───── Entries supplied

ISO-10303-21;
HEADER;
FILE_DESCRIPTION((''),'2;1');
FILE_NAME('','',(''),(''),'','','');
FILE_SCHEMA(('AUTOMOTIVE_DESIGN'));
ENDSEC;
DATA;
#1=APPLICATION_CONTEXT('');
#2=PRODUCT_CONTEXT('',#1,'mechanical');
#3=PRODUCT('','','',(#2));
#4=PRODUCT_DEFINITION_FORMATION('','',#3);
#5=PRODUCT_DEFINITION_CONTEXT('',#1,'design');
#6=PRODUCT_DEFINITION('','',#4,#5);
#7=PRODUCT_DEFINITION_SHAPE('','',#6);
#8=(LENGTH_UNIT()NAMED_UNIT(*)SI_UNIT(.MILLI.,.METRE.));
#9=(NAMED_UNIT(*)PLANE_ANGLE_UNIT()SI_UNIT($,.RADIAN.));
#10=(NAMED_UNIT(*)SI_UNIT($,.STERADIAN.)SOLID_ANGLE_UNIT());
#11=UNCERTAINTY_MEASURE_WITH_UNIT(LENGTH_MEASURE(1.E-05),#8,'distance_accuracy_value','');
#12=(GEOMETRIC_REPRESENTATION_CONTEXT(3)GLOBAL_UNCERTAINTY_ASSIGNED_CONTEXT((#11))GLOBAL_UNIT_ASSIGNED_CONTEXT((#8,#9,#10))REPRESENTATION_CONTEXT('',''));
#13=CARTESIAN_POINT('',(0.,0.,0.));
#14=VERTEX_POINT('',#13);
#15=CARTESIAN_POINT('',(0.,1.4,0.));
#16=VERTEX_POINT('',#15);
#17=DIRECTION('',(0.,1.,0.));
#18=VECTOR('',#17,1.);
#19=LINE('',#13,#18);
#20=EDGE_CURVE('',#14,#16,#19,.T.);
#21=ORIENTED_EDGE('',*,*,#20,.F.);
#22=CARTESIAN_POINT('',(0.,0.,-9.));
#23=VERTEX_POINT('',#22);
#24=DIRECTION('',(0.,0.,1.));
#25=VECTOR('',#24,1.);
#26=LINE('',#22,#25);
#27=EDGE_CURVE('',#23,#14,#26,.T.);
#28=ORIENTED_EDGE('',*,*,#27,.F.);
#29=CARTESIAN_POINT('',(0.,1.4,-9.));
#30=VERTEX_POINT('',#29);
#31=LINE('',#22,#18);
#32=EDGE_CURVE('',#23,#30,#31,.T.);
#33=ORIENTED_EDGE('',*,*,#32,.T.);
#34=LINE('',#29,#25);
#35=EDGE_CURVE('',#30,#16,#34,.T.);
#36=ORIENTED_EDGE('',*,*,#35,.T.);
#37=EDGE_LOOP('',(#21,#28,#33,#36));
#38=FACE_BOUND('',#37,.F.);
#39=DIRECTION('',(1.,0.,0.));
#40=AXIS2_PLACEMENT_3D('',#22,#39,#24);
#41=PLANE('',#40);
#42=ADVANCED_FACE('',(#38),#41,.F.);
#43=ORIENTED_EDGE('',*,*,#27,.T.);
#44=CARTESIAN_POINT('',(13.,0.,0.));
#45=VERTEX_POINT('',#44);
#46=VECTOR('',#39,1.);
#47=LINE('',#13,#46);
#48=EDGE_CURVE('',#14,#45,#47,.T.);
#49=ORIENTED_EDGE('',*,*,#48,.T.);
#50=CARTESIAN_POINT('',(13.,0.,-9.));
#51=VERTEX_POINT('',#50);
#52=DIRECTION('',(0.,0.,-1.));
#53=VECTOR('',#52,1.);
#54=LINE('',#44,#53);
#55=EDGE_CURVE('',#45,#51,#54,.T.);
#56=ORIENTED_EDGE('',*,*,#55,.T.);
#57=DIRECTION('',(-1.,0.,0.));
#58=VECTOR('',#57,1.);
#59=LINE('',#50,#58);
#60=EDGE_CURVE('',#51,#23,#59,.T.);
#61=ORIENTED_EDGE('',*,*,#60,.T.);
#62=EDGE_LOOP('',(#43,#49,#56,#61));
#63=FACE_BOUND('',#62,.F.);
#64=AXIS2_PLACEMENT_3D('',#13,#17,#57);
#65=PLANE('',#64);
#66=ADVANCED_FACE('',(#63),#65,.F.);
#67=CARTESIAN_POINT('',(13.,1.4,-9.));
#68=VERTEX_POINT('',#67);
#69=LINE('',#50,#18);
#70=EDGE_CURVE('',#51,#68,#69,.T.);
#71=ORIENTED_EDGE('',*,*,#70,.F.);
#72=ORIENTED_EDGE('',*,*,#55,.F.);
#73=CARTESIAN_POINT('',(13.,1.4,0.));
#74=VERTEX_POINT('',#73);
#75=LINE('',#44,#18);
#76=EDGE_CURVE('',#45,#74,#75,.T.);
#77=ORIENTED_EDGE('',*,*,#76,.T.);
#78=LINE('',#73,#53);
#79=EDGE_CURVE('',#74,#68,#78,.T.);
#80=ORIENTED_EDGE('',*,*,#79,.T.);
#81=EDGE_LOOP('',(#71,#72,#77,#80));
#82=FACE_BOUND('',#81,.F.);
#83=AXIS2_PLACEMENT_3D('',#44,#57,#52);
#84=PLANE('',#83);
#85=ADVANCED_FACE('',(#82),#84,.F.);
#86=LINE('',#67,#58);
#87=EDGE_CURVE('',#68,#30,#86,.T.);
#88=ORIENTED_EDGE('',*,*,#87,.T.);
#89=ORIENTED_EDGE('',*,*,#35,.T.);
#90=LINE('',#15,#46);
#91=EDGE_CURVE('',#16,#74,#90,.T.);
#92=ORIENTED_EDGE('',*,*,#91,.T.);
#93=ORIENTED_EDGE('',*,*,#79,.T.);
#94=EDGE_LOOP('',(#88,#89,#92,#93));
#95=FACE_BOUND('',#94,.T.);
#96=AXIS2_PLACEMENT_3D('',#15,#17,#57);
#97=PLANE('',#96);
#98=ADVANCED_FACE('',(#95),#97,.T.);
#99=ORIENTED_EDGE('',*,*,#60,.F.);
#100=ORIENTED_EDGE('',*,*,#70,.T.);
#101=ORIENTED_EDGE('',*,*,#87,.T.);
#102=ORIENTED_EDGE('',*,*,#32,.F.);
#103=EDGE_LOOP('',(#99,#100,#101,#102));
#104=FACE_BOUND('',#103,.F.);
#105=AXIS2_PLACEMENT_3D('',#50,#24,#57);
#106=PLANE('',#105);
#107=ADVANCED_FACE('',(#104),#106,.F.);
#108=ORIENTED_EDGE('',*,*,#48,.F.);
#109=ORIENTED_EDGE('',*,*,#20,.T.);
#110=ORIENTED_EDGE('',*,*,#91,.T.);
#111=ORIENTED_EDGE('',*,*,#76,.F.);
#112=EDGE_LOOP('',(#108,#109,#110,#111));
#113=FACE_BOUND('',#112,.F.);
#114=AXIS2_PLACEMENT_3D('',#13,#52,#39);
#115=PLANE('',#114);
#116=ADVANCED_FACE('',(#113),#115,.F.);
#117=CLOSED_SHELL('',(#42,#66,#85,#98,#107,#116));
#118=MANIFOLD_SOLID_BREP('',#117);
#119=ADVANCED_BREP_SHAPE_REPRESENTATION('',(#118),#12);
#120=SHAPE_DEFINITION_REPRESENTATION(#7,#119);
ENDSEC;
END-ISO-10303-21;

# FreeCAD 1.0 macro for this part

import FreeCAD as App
import Part
import Sketcher

V = App.Vector


def add_polygon(sketch, points):
    """Adds a closed chain of lines whose ends are joined by coincident constraints."""
    first, n = sketch.GeometryCount, len(points)
    for a, b in zip(points, points[1:] + points[:1]):
        sketch.addGeometry(Part.LineSegment(App.Vector(*a, 0), App.Vector(*b, 0)), False)
    for i in range(n):
        sketch.addConstraint(Sketcher.Constraint("Coincident", first + i, 2, first + (i + 1) % n, 1))

doc = App.newDocument("Part")
body = doc.addObject("PartDesign::Body", "Body")

# Sketch on XZ plane
sketch1 = body.newObject("Sketcher::SketchObject", "Sketch")
sketch1.AttachmentSupport = (doc.getObject("XZ_Plane"), [""])
sketch1.MapMode = "FlatFace"
add_polygon(sketch1, [(0, -9), (0, 0), (13, 0), (13, -9)])  # lines 0-3
sketch1.addConstraint(Sketcher.Constraint("Vertical", 0))
sketch1.addConstraint(Sketcher.Constraint("Horizontal", 1))
sketch1.addConstraint(Sketcher.Constraint("Vertical", 2))
sketch1.addConstraint(Sketcher.Constraint("Horizontal", 3))
sketch1.addConstraint(Sketcher.Constraint("Coincident", 0, 2, -1, 1))
sketch1.addConstraint(Sketcher.Constraint("DistanceX", 1, 1, 1, 2, 13.0))
sketch1.addConstraint(Sketcher.Constraint("DistanceY", 0, 1, 0, 2, 9.0))
pad1 = body.newObject("PartDesign::Pad", "Pad")
pad1.Profile = sketch1
pad1.Length = 1.4
pad1.Reversed = True

doc.recompute()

──────────

▸ Work to complete:
Set down only the lines above that fall between the line holding "#89=ORIENTED_EDGE('',*,*,#35,.T.);" and the line holding "#95=FACE_BOUND('',#94,.T.);", inclusive, keeping each exact.

▸ Completed task:
#89=ORIENTED_EDGE('',*,*,#35,.T.);
#90=LINE('',#15,#46);
#91=EDGE_CURVE('',#16,#74,#90,.T.);
#92=ORIENTED_EDGE('',*,*,#91,.T.);
#93=ORIENTED_EDGE('',*,*,#79,.T.);
#94=EDGE_LOOP('',(#88,#89,#92,#93));
#95=FACE_BOUND('',#94,.T.);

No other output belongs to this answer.